Statistical analysis.Wild-type profile data were analyzed using PROC MIXED repeated-measures analysis with a Tukey's post hoc test in SAS (v. 9.4; SAS Institute Inc., Cary, NC). The statistical model was Y = μ + culture_i + time_j + culture × time_ij + ε_ijk, where time was the repeated measure. Variance/covariance structures were tested, and the variance/covariance structure with the lowest Akaike information criterion/Bayesian information criterion (AIC/BIC) value was used for analysis. Wild-type post hoc planned contrasts among the culture × time_ij interactions were done to compare (i) different time points in the same growth phase and (ii) the same time points between the exponential and stationary growth phases.

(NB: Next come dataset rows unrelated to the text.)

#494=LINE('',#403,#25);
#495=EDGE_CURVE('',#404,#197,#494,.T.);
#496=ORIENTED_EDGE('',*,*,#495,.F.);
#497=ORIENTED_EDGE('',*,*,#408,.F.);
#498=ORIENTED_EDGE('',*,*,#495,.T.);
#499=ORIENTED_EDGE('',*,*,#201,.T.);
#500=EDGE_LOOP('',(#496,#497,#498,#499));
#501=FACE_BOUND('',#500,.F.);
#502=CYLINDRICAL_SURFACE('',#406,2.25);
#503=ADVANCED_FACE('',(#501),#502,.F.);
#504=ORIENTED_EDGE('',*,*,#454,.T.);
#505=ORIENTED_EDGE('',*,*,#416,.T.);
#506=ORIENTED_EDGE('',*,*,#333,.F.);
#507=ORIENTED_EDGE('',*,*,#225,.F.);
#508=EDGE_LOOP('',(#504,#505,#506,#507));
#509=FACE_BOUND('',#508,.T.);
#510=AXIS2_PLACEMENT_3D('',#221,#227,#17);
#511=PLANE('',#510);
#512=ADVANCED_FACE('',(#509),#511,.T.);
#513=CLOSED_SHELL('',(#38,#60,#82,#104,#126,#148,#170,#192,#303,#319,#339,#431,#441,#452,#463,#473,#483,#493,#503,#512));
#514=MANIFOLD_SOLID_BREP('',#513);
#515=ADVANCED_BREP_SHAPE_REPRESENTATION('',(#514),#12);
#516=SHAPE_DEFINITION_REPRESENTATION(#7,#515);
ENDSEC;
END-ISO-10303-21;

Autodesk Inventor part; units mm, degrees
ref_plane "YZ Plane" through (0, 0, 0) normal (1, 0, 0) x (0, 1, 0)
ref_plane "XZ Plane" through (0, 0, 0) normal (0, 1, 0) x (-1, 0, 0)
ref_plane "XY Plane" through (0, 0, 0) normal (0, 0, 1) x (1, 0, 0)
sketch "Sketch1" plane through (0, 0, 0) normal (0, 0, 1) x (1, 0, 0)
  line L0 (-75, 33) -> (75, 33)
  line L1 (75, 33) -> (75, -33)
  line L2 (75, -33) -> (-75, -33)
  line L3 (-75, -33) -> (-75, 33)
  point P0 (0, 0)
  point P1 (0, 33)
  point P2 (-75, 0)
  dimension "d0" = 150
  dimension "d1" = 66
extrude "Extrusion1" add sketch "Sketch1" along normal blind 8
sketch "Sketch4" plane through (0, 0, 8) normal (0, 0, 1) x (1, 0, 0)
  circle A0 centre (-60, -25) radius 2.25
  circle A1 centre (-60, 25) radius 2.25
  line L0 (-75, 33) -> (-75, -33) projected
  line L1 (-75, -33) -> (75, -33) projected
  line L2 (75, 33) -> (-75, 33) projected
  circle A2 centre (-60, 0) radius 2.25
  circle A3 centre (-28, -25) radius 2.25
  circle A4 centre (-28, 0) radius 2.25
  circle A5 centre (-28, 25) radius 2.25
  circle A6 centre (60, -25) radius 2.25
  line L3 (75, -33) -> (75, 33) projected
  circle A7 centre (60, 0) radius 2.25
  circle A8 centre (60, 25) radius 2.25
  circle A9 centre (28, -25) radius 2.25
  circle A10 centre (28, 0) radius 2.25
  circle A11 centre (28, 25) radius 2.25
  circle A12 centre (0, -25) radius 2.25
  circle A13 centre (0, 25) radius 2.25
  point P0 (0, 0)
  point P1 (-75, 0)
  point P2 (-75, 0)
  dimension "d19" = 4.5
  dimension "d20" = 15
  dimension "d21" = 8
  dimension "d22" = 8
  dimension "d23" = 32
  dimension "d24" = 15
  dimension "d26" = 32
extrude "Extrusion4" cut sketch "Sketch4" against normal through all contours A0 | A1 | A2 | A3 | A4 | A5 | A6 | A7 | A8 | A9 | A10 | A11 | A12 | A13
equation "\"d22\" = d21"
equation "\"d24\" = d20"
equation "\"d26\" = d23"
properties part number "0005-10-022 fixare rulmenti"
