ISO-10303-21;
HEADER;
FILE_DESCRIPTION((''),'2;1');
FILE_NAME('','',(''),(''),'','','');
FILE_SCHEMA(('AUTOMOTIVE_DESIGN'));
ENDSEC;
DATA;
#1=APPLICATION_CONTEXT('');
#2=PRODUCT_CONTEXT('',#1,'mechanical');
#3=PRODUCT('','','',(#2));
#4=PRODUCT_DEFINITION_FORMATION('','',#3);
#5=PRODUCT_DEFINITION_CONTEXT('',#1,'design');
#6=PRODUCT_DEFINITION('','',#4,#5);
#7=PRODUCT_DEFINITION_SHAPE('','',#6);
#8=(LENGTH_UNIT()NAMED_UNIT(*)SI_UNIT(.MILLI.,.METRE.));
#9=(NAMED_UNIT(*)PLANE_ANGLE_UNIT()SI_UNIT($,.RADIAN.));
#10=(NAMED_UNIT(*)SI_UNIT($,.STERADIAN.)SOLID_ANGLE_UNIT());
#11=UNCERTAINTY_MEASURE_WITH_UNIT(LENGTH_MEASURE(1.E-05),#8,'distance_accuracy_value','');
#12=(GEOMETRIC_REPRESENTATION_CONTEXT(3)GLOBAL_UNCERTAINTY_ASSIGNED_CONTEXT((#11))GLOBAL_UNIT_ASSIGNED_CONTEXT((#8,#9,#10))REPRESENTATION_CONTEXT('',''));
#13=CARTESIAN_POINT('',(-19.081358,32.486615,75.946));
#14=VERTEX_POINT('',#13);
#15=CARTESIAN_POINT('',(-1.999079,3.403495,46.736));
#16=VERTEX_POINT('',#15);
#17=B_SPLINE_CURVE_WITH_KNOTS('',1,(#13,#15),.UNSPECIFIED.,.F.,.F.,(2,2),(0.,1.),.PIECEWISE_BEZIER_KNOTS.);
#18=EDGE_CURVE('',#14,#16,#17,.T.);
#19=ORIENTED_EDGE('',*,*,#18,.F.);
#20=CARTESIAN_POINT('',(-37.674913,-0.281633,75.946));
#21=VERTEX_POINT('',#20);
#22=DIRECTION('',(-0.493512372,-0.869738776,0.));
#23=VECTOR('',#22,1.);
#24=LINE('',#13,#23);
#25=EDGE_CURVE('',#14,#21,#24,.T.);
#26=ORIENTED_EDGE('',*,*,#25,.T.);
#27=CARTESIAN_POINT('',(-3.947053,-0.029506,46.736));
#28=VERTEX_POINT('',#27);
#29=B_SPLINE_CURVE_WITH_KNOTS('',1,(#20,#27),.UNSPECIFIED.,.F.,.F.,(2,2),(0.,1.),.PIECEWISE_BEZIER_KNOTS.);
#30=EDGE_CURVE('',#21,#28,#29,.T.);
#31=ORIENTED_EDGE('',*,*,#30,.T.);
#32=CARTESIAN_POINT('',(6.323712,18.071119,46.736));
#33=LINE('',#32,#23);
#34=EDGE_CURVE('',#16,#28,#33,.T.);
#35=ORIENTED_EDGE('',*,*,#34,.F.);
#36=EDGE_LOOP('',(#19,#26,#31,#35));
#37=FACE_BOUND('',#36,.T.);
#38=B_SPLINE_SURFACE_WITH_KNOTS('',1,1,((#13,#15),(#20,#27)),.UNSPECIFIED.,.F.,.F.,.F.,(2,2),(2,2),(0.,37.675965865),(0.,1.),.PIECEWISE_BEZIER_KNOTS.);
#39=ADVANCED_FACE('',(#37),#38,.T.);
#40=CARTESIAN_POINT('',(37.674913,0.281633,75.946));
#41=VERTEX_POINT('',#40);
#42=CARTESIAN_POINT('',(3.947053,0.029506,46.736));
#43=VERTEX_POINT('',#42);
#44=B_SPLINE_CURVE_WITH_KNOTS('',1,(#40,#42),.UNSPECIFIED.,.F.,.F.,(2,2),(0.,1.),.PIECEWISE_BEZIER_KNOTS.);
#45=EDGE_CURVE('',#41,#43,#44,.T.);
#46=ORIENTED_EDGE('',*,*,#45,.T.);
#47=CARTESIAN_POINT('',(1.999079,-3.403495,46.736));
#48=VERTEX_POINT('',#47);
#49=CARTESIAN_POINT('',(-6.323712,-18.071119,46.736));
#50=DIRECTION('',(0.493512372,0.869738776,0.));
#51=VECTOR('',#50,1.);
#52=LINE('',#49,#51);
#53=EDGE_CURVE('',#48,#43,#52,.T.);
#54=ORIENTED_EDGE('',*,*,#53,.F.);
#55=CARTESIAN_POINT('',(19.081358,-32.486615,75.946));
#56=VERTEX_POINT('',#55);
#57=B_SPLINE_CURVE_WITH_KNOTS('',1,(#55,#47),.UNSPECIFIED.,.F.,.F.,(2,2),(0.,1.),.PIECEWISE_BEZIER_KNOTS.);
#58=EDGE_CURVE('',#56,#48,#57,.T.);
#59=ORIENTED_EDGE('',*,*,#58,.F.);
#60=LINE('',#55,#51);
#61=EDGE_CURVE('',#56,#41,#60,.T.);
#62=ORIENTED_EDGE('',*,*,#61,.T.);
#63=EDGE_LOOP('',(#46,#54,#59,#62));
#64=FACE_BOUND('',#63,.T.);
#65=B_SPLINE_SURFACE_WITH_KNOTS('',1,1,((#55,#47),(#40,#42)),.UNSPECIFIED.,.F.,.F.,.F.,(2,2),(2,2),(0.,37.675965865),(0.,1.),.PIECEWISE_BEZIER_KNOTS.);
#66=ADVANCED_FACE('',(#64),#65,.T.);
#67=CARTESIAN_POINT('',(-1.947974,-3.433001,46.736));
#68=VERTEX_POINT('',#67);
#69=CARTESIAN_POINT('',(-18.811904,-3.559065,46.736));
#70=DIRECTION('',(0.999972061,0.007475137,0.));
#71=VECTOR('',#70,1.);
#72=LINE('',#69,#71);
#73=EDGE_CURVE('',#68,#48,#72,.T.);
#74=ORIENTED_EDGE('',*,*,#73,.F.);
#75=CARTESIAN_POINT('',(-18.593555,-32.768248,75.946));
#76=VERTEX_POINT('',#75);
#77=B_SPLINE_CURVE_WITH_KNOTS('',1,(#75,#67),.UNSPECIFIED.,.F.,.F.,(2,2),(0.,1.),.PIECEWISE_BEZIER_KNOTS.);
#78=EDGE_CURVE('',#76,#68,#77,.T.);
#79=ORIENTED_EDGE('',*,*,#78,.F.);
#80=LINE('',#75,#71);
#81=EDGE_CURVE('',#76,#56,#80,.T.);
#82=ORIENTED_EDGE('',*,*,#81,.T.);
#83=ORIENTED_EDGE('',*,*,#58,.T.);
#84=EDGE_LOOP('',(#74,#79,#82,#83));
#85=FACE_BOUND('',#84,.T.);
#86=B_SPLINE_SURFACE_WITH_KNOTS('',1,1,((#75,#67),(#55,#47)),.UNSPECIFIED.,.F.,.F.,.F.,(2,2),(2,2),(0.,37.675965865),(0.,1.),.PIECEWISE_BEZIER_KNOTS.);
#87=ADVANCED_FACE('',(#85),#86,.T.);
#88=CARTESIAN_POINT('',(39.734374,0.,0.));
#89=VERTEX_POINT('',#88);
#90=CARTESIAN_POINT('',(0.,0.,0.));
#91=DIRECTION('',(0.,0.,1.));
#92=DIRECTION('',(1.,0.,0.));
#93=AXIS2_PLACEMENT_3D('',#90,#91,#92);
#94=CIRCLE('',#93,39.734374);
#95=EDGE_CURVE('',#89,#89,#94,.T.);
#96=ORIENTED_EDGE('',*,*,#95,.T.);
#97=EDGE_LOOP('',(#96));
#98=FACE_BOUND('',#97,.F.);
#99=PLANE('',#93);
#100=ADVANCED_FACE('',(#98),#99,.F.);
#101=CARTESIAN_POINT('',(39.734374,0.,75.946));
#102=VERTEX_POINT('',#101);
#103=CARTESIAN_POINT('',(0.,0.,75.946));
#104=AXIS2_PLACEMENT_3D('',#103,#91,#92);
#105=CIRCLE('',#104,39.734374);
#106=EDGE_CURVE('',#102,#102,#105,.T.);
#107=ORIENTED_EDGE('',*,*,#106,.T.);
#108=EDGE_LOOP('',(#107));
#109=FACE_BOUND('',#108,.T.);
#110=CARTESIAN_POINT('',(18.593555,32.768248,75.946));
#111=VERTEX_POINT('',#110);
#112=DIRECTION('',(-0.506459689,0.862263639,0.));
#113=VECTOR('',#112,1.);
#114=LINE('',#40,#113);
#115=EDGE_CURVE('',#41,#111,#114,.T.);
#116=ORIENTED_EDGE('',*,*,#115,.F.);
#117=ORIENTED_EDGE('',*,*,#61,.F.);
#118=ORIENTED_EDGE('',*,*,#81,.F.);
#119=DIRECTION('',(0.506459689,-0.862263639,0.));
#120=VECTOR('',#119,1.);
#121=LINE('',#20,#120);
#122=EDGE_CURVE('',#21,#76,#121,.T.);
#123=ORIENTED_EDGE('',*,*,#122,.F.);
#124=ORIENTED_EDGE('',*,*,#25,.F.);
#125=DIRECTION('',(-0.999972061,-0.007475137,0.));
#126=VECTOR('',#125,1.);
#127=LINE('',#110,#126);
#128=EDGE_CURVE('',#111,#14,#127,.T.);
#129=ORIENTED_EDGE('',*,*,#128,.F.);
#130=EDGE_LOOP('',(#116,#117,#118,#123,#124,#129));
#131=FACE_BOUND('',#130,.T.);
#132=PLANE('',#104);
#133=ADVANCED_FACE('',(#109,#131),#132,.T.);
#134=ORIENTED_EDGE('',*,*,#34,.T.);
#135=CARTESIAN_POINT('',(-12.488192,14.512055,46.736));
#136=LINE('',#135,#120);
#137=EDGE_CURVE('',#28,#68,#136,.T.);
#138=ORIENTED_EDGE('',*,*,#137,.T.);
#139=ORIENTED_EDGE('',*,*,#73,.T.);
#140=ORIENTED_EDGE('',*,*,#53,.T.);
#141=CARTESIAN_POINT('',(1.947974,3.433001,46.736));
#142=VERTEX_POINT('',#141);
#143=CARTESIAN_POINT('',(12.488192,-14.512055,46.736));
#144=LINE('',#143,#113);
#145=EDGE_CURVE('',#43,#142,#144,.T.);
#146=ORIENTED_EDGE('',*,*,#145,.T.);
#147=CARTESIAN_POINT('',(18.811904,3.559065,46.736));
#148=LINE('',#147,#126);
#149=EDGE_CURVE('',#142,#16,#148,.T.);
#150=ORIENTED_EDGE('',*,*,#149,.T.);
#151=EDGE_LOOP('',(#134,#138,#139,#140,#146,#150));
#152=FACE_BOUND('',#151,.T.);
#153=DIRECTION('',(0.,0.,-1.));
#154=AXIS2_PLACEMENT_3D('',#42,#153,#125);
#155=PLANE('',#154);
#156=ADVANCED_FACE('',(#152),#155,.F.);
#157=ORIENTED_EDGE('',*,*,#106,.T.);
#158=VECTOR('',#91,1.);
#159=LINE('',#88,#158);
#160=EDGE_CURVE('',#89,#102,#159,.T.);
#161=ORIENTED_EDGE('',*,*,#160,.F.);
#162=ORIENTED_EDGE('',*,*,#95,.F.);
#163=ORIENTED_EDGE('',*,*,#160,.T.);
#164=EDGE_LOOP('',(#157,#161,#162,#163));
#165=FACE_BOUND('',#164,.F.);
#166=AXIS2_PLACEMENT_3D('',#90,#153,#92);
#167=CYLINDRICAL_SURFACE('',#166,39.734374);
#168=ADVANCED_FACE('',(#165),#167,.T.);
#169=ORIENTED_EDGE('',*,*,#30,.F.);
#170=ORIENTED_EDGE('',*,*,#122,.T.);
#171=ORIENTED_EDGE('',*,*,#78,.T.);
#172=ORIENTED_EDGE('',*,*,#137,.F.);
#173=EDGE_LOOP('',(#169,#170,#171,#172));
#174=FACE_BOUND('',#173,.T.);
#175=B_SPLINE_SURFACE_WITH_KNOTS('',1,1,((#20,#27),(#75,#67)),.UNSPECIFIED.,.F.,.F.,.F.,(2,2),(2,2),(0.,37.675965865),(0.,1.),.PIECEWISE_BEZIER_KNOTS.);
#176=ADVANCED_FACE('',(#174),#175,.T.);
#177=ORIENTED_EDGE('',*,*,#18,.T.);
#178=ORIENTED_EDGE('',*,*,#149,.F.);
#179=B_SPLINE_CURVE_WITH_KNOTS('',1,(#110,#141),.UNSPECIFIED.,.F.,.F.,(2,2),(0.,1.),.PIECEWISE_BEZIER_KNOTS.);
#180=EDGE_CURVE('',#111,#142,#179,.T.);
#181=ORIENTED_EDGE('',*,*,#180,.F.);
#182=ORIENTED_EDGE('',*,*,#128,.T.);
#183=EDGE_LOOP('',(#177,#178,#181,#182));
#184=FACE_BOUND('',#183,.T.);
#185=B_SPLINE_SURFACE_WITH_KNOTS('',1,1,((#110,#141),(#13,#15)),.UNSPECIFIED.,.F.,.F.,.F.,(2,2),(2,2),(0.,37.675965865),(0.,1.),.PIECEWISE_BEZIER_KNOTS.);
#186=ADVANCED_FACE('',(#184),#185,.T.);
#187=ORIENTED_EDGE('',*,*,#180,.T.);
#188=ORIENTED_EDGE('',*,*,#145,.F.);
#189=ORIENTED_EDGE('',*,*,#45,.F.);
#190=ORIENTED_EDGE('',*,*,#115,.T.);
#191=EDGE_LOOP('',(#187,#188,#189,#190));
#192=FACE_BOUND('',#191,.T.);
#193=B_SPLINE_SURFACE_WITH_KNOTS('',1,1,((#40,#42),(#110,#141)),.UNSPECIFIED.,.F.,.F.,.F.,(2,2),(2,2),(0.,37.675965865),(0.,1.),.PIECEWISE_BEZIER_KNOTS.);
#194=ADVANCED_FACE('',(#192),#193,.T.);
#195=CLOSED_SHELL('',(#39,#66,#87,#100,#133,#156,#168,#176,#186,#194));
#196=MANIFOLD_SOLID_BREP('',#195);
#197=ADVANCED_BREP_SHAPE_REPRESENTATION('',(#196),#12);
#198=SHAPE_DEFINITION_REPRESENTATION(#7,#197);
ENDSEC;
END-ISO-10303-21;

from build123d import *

# Parameters (mm, degrees)
F0_R     = 39.7343740688
F1_DEPTH = 75.946
F3_DEPTH = 29.21
F3_TAPER = 45


with BuildPart() as f1:
    # F0 (on Top) → F1 (new body)
    with BuildSketch(Plane.XY):
        Circle(F0_R)
    extrude(amount=F1_DEPTH)

    # F2 (on face) → F3 (cut)
    with BuildSketch(Plane.XY.offset(75.946)):
        Polygon((37.6749132279, 0.2816330117), (18.5935552713, 32.7682484466), (-19.0813579566, 32.4866154349), (-37.6749132279, -0.2816330117), (-18.5935552713, -32.7682484466), (19.0813579566, -32.4866154349), align=None)
    extrude(amount=-F3_DEPTH, taper=F3_TAPER, mode=Mode.SUBTRACT)


solid = f1.part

Mutant data were analyzed using PROC MIXED repeated-measures analysis with a Tukey's post hoc test in SAS. The statistical model was Y = μ + strain_i + culture_j + time_k + strain × culture_ij + strain × culture × time_ijk + ε_ijkl, where time was the repeated measure. Variance/covariance structures were tested, and the variance/covariance structure with the lowest AIC/BIC value was used for analysis. Post hoc planned contrasts among the strain × culture × time_ijk interactions were done to compare (i) different time points for the same strain and same growth phase, (ii) the same time points for the same strain and between the 2 growth phases, and (iii) the same time points among different strains within the same growth phase.